**PROBLEM TO WORK ON**
Your answer should consist only of the lines below from the one with "#145=ADVANCED_FACE('',(#143),#144,.T.);" through the one with "#164=FACE_BOUND('',#163,.F.);", copied exactly.

EXERCISE INPUT: Begin

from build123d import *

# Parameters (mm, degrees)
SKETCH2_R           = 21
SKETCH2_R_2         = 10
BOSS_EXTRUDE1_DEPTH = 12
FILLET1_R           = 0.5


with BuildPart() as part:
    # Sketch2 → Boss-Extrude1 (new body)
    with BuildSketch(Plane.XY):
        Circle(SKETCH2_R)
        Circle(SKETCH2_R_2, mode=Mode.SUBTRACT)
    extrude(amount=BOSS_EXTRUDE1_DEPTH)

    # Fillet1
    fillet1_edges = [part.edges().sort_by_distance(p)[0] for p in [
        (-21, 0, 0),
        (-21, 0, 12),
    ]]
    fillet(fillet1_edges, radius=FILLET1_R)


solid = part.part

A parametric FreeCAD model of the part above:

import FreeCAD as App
import Part
import Sketcher
Q = App.Units.Quantity


def edges_at(feature, points):
    """Names of the edges that pass closest to the given points."""
    edges = feature.Shape.Edges
    near = lambda p: min(range(len(edges)), key=lambda i: edges[i].distToShape(Part.Vertex(*p))[0])
    return sorted({f"Edge{near(p) + 1}" for p in points})

doc = App.newDocument("Part")
body = doc.addObject("PartDesign::Body", "Body")

sketch1 = body.newObject("Sketcher::SketchObject", "Sketch")
sketch1.AttachmentSupport = (doc.getObject("XY_Plane"), [""])
sketch1.MapMode = "FlatFace"
sketch1.addGeometry([
    Part.Circle(App.Vector(0, 0, 0), App.Vector(0, 0, 1), 21),
    Part.Circle(App.Vector(0, 0, 0), App.Vector(0, 0, 1), 10),
], False)
sketch1.addConstraint([
    Sketcher.Constraint("Coincident", 0, 3, -1, 1),
    Sketcher.Constraint("Coincident", 1, 3, -1, 1),
    Sketcher.Constraint("Diameter", 0, Q("42 mm")),
    Sketcher.Constraint("Diameter", 1, Q("20 mm")),
])
pad1 = body.newObject("PartDesign::Pad", "Pad")
pad1.Profile = sketch1
pad1.Length = 12
doc.recompute()

fillet = body.newObject("PartDesign::Fillet", "Fillet")
fillet.Base = (pad1, edges_at(pad1, [(-21, 0, 0), (-21, 0, 12)]))
fillet.Radius = 0.5

doc.recompute()
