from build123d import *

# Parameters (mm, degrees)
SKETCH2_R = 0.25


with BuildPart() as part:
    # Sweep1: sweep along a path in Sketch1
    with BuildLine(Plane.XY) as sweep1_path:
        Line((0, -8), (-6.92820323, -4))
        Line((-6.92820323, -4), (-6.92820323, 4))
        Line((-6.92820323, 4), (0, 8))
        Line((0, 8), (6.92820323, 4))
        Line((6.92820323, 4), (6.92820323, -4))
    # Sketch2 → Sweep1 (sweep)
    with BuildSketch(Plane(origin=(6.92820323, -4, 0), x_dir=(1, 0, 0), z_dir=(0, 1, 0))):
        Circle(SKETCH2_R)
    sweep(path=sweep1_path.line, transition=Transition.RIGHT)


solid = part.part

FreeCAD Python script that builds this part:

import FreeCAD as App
import Part
import Sketcher
Q = App.Units.Quantity

doc = App.newDocument("Part")
params = doc.addObject("Spreadsheet::Sheet", "Params")
for row, (alias, value) in enumerate([
    ("sketch1_diameter", "0.5 mm"),
    ("sketch2_height", "8 mm"),
    ("sketch2_length", "8 mm"),
], start=1):
    params.set(f"A{row}", alias)
    params.set(f"B{row}", "=" + value)
    params.setAlias(f"B{row}", alias)

body = doc.addObject("PartDesign::Body", "Body")

# Sketch on XZ plane
sketch1 = body.newObject("Sketcher::SketchObject", "Sketch")
sketch1.AttachmentSupport = (doc.getObject("XZ_Plane"), [""])
sketch1.MapMode = "FlatFace"
sketch1.AttachmentOffset = App.Placement(App.Vector(0, 0, 4), App.Rotation())
sketch1.addGeometry(Part.Circle(App.Vector(6.928203, 0, 0), App.Vector(0, 0, 1), 0.25), False)
sketch1.addConstraint([
    Sketcher.Constraint("PointOnObject", 0, 3, -1),
    Sketcher.Constraint("Diameter", 0, 0.5),
    Sketcher.Constraint("DistanceX", -1, 1, 0, 3, 6.928203),
])
sketch1.setExpression("Constraints[1]", "Params.sketch1_diameter")

# Sketch on XY plane
sketch2 = body.newObject("Sketcher::SketchObject", "Sketch001")
sketch2.AttachmentSupport = (doc.getObject("XY_Plane"), [""])
sketch2.MapMode = "FlatFace"
sketch2.addGeometry([
    Part.LineSegment(App.Vector(0, -8, 0), App.Vector(-6.928203, -4, 0)),  # 0
    Part.LineSegment(App.Vector(-6.928203, -4, 0), App.Vector(-6.928203, 4, 0)),  # 1
    Part.LineSegment(App.Vector(-6.928203, 4, 0), App.Vector(0, 8, 0)),  # 2
    Part.LineSegment(App.Vector(0, 8, 0), App.Vector(6.928203, 4, 0)),  # 3
    Part.LineSegment(App.Vector(6.928203, 4, 0), App.Vector(6.928203, -4, 0)),  # 4
], False)
sketch2.addConstraint([
    Sketcher.Constraint("Coincident", 0, 2, 1, 1),
    Sketcher.Constraint("Coincident", 1, 2, 2, 1),
    Sketcher.Constraint("Coincident", 2, 2, 3, 1),
    Sketcher.Constraint("Coincident", 3, 2, 4, 1),
    Sketcher.Constraint("Vertical", 1),
    Sketcher.Constraint("Vertical", 4),
    Sketcher.Constraint("Symmetric", 0, 1, 2, 2, -1, 1),
    Sketcher.Constraint("Symmetric", 0, 2, 3, 2, -1, 1),
    Sketcher.Constraint("PointOnObject", 0, 1, -2),
    Sketcher.Constraint("Horizontal", 1, 2, 3, 2),
    Sketcher.Constraint("Horizontal", 0, 2, 4, 2),
    Sketcher.Constraint("DistanceY", 1, 1, 1, 2, 8.0),
    Sketcher.Constraint("Angle", 0, Q("150 deg")),
    Sketcher.Constraint("Distance", 0, 8.0),
])
sketch2.setExpression("Constraints[11]", "Params.sketch2_height")
sketch2.setExpression("Constraints[13]", "Params.sketch2_length")
doc.recompute()

additivepipe = body.newObject("PartDesign::AdditivePipe", "AdditivePipe")
additivepipe.Profile = sketch1
additivepipe.Spine = (sketch2, ["Edge1", "Edge2", "Edge3", "Edge4", "Edge5"])
additivepipe.Transition = "Right corner"

doc.recompute()
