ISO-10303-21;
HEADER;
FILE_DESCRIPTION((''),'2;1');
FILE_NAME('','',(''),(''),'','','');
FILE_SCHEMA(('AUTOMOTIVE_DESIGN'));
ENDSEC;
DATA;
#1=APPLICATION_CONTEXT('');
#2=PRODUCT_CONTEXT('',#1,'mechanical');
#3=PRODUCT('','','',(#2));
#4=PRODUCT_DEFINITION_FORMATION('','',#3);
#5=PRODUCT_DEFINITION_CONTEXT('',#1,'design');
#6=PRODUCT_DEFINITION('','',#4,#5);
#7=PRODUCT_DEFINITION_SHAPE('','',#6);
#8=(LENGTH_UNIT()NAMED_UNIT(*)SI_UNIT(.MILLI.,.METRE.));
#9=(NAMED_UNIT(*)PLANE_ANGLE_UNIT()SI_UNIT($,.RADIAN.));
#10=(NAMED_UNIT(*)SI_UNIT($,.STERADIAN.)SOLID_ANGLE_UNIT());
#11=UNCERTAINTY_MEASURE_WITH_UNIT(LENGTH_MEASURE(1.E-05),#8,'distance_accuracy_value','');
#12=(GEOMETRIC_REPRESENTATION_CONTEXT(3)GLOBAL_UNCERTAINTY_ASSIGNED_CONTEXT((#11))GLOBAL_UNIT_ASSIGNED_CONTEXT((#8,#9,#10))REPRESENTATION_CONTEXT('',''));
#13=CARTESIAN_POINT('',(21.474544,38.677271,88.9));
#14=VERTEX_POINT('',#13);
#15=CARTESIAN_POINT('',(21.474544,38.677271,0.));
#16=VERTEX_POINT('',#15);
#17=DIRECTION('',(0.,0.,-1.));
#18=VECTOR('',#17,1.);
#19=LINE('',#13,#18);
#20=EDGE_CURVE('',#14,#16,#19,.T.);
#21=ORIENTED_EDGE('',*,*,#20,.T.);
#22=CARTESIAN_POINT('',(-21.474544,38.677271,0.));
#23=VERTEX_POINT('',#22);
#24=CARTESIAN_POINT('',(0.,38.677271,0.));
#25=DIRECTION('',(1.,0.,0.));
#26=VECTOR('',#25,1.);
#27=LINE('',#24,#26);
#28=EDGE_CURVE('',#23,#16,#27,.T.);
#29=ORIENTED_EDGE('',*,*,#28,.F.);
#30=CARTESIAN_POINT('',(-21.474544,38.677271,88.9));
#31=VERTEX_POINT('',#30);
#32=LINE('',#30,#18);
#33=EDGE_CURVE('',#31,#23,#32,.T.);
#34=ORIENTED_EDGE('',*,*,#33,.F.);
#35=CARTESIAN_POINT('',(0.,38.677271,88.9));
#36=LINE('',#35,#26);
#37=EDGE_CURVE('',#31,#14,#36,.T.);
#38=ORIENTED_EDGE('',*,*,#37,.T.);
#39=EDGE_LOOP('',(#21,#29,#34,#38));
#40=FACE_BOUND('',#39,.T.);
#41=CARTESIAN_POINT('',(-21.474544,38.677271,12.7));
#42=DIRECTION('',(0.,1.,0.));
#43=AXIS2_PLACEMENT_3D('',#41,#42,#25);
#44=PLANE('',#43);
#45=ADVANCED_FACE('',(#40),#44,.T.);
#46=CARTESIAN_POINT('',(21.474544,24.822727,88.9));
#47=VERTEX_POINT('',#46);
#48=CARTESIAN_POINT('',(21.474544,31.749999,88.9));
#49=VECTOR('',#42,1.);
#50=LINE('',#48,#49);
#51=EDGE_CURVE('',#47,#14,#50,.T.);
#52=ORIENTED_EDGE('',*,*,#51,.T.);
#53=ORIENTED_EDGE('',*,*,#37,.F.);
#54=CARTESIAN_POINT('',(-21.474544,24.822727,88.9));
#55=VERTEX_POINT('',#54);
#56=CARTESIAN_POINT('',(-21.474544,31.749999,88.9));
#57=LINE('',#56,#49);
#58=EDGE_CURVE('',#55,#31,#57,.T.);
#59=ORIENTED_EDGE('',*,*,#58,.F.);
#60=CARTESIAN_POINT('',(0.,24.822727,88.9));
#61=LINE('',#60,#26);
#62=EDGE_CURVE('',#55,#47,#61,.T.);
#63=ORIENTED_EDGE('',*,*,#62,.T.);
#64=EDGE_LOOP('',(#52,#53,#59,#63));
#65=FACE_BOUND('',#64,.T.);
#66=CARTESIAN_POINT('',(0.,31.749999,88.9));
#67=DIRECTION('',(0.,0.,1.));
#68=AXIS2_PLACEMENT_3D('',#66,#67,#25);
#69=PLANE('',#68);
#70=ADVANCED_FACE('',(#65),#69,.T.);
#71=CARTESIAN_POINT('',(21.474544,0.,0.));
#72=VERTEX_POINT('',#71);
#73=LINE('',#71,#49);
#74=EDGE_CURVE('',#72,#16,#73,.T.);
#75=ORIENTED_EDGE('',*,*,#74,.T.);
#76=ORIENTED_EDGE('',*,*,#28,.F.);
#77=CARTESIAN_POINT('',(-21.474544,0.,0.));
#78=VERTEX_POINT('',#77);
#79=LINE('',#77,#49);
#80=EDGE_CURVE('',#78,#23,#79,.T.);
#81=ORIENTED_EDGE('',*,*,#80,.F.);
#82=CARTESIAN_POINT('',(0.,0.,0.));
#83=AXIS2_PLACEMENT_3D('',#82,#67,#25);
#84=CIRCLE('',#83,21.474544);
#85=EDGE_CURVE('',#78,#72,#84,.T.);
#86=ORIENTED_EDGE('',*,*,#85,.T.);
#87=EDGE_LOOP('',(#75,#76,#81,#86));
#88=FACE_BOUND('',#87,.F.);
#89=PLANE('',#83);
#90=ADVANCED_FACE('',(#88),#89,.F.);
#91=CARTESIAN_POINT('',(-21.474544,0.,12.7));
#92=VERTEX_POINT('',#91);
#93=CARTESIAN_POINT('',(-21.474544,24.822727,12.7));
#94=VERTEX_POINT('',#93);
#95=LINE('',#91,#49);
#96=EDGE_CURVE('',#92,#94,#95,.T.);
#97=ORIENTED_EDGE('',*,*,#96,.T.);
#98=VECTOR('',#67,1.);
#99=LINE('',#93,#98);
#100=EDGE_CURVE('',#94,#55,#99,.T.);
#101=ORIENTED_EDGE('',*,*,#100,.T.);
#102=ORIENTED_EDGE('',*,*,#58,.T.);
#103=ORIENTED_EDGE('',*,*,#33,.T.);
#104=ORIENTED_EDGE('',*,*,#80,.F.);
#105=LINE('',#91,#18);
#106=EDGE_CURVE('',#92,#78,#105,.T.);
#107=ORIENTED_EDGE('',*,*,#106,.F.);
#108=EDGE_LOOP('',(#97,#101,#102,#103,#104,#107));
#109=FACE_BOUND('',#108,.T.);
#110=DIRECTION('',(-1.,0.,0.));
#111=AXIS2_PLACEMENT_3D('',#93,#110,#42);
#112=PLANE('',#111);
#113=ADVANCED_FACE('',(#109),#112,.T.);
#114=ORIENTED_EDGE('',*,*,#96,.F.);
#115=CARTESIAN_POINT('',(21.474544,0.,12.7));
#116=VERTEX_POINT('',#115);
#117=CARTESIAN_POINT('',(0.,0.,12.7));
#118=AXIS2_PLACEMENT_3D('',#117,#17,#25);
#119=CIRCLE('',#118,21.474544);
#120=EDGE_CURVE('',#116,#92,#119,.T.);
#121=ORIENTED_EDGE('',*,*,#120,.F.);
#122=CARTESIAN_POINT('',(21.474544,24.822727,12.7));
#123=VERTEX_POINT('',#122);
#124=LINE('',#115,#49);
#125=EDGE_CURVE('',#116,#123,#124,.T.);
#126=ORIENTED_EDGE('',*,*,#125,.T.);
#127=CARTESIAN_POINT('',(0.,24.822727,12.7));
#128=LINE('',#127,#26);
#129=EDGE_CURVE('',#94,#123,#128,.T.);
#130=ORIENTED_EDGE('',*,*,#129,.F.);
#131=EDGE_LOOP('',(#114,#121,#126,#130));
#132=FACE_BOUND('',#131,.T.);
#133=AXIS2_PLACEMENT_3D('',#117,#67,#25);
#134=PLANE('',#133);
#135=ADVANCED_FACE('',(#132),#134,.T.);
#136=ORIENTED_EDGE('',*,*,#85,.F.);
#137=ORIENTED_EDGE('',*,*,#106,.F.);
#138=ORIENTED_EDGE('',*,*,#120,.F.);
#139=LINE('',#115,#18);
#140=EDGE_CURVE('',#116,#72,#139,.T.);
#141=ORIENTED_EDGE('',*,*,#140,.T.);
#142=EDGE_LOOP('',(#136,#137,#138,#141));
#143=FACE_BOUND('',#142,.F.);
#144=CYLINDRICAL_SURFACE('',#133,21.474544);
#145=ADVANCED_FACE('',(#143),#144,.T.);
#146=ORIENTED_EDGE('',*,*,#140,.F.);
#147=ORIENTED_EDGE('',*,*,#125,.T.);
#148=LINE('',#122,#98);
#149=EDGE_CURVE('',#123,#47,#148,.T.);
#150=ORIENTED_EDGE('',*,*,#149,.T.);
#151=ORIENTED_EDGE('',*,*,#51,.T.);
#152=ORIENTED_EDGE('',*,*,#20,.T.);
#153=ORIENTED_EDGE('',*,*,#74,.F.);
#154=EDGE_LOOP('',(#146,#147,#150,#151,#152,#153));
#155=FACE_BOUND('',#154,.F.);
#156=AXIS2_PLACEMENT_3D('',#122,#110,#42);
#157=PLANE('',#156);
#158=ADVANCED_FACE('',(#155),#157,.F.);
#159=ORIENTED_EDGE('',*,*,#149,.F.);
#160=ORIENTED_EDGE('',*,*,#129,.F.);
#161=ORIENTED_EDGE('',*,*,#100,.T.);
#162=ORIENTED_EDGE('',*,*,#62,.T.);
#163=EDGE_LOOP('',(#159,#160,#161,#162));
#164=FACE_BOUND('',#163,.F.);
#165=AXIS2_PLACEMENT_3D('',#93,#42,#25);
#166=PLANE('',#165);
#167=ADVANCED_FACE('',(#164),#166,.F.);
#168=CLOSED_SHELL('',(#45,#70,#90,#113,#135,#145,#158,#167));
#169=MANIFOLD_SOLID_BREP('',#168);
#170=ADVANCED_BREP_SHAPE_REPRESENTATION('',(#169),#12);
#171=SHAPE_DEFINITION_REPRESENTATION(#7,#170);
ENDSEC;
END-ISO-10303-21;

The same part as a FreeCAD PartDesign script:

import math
import FreeCAD as App
import Part
import Sketcher

V = App.Vector
Q = App.Units.Quantity

doc = App.newDocument("Part")
params = doc.addObject("Spreadsheet::Sheet", "Params")
for row, (alias, value) in enumerate([
    ("pad1_length", "0.5 in"),
    ("pocket1_length", "1 in"),
    ("pad2_length", "3 in"),
], start=1):
    params.set(f"A{row}", alias)
    params.set(f"B{row}", "=" + value)
    params.setAlias(f"B{row}", alias)

body = doc.addObject("PartDesign::Body", "Body")

sketch1 = body.newObject("Sketcher::SketchObject", "Sketch")
sketch1.AttachmentSupport = (doc.getObject("XY_Plane"), [""])
sketch1.MapMode = "FlatFace"
sketch1.addGeometry([
    Part.LineSegment(V(-21, 39, 0), V(-21, -39, 0)),
    Part.LineSegment(V(-21, -39, 0), V(21, -39, 0)),
    Part.LineSegment(V(21, -39, 0), V(21, 39, 0)),
    Part.LineSegment(V(21, 39, 0), V(-21, 39, 0)),
], False)
sketch1.addConstraint([
    Sketcher.Constraint("Coincident", 0, 2, 1, 1),
    Sketcher.Constraint("Coincident", 1, 2, 2, 1),
    Sketcher.Constraint("Coincident", 2, 2, 3, 1),
    Sketcher.Constraint("Coincident", 3, 2, 0, 1),
    Sketcher.Constraint("Vertical", 0),
    Sketcher.Constraint("Horizontal", 1),
    Sketcher.Constraint("Vertical", 2),
    Sketcher.Constraint("Horizontal", 3),
    Sketcher.Constraint("Symmetric", 0, 2, 2, 2, -1, 1),
    Sketcher.Constraint("DistanceX", 1, 1, 1, 2, Q("42.949088 mm")),
    Sketcher.Constraint("DistanceY", 0, 2, 0, 1, Q("77.354542 mm")),
])
pad1 = body.newObject("PartDesign::Pad", "Pad")
pad1.Profile = sketch1
pad1.setExpression("Length", "Params.pad1_length")

sketch2 = body.newObject("Sketcher::SketchObject", "Sketch001")
sketch2.AttachmentSupport = (doc.getObject("XY_Plane"), [""])
sketch2.MapMode = "FlatFace"
sketch2.AttachmentOffset = App.Placement(V(0, 0, 0.5 * 25.4), App.Rotation())
sketch2.addGeometry([
    Part.ArcOfCircle(Part.Circle(V(0, 0, 0), V(0, 0, 1), 21), math.radians(180), math.radians(360)),
    Part.LineSegment(V(-21, 0, 0), V(-21, -39, 0)),
    Part.LineSegment(V(-21, -39, 0), V(21, -39, 0)),
    Part.LineSegment(V(21, -39, 0), V(21, 0, 0)),
], False)
sketch2.addConstraint([
    Sketcher.Constraint("Tangent", 0, 1, 1, 1),
    Sketcher.Constraint("Coincident", 1, 2, 2, 1),
    Sketcher.Constraint("Coincident", 2, 2, 3, 1),
    Sketcher.Constraint("Tangent", 3, 2, 0, 2),
    Sketcher.Constraint("Vertical", 1),
    Sketcher.Constraint("Horizontal", 2),
    Sketcher.Constraint("Vertical", 3),
    Sketcher.Constraint("Coincident", 0, 3, -1, 1),
    Sketcher.Constraint("Radius", 0, Q("21.474544 mm")),
    Sketcher.Constraint("DistanceY", 1, 2, 1, 1, Q("38.677271 mm")),
])
pocket1 = body.newObject("PartDesign::Pocket", "Pocket")
pocket1.Profile = sketch2
pocket1.setExpression("Length", "Params.pocket1_length")

sketch3 = body.newObject("Sketcher::SketchObject", "Sketch002")
sketch3.AttachmentSupport = (doc.getObject("XY_Plane"), [""])
sketch3.MapMode = "FlatFace"
sketch3.AttachmentOffset = App.Placement(V(0, 0, 0.5 * 25.4), App.Rotation())
sketch3.addGeometry([
    Part.LineSegment(V(-21, 39, 0), V(-21, 25, 0)),
    Part.LineSegment(V(-21, 25, 0), V(21, 25, 0)),
    Part.LineSegment(V(21, 25, 0), V(21, 39, 0)),
    Part.LineSegment(V(21, 39, 0), V(-21, 39, 0)),
], False)
sketch3.addConstraint([
    Sketcher.Constraint("Coincident", 0, 2, 1, 1),
    Sketcher.Constraint("Coincident", 1, 2, 2, 1),
    Sketcher.Constraint("Coincident", 2, 2, 3, 1),
    Sketcher.Constraint("Coincident", 3, 2, 0, 1),
    Sketcher.Constraint("Vertical", 0),
    Sketcher.Constraint("Horizontal", 1),
    Sketcher.Constraint("Vertical", 2),
    Sketcher.Constraint("Horizontal", 3),
    Sketcher.Constraint("DistanceX", 1, 1, 1, 2, Q("42.949088 mm")),
    Sketcher.Constraint("DistanceY", 0, 2, 0, 1, Q("13.854544 mm")),
    Sketcher.Constraint("DistanceY", -1, 1, 2, 2, Q("38.677271 mm")),
    Sketcher.Constraint("DistanceX", 0, 2, -1, 1, Q("21.474544 mm")),
])
pad2 = body.newObject("PartDesign::Pad", "Pad001")
pad2.Profile = sketch3
pad2.setExpression("Length", "Params.pad2_length")

doc.recompute()
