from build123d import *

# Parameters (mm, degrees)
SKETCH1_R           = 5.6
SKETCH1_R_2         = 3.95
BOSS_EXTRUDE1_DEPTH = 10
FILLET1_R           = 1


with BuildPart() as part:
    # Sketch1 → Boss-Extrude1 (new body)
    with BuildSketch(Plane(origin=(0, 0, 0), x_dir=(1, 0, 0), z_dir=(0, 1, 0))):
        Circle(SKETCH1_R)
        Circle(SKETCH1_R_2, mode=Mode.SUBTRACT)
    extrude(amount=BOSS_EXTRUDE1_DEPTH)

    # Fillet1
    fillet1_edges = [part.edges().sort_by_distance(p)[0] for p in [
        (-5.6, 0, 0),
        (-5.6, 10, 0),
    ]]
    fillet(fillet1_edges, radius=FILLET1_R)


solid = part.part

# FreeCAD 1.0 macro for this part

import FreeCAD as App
import Part
import Sketcher
from FreeCAD import Vector
Q = App.Units.Quantity


def edges_at(feature, points):
    """Names of the edges that pass closest to the given points."""
    edges = feature.Shape.Edges
    near = lambda p: min(range(len(edges)), key=lambda i: edges[i].distToShape(Part.Vertex(*p))[0])
    return sorted({f"Edge{near(p) + 1}" for p in points})

doc = App.newDocument("Part")
body = doc.addObject("PartDesign::Body", "Body")

# Sketch on XZ plane
sketch1 = doc.addObject("Sketcher::SketchObject", "Sketch")
body.addObject(sketch1)
sketch1.AttachmentSupport = (doc.XZ_Plane, [""])
sketch1.MapMode = "FlatFace"
sketch1.addGeometry(Part.Circle(Vector(0, 0, 0), Vector(0, 0, 1), 5.6), False)
sketch1.addGeometry(Part.Circle(Vector(0, 0, 0), Vector(0, 0, 1), 4), False)
sketch1.addConstraint(Sketcher.Constraint("Coincident", 0, 3, -1, 1))
sketch1.addConstraint(Sketcher.Constraint("Coincident", 1, 3, -1, 1))
sketch1.addConstraint(Sketcher.Constraint("Diameter", 0, Q("11.2 mm")))
sketch1.addConstraint(Sketcher.Constraint("Diameter", 1, Q("7.9 mm")))
pad1 = doc.addObject("PartDesign::Pad", "Pad")
body.addObject(pad1)
pad1.Profile = sketch1
pad1.Length = 10
pad1.Reversed = True
doc.recompute()

fillet = doc.addObject("PartDesign::Fillet", "Fillet")
body.addObject(fillet)
fillet.Base = (pad1, edges_at(pad1, [(-5.6, 0, 0), (-5.6, 10, 0)]))
fillet.Radius = 1

doc.recompute()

EXERCISE INPUT: End

**TASK SOLUTION**
#145=ADVANCED_FACE('',(#143),#144,.T.);
#146=ORIENTED_EDGE('',*,*,#140,.F.);
#147=ORIENTED_EDGE('',*,*,#125,.T.);
#148=LINE('',#122,#98);
#149=EDGE_CURVE('',#123,#47,#148,.T.);
#150=ORIENTED_EDGE('',*,*,#149,.T.);
#151=ORIENTED_EDGE('',*,*,#51,.T.);
#152=ORIENTED_EDGE('',*,*,#20,.T.);
#153=ORIENTED_EDGE('',*,*,#74,.F.);
#154=EDGE_LOOP('',(#146,#147,#150,#151,#152,#153));
#155=FACE_BOUND('',#154,.F.);
#156=AXIS2_PLACEMENT_3D('',#122,#110,#42);
#157=PLANE('',#156);
#158=ADVANCED_FACE('',(#155),#157,.F.);
#159=ORIENTED_EDGE('',*,*,#149,.F.);
#160=ORIENTED_EDGE('',*,*,#129,.F.);
#161=ORIENTED_EDGE('',*,*,#100,.T.);
#162=ORIENTED_EDGE('',*,*,#62,.T.);
#163=EDGE_LOOP('',(#159,#160,#161,#162));
#164=FACE_BOUND('',#163,.F.);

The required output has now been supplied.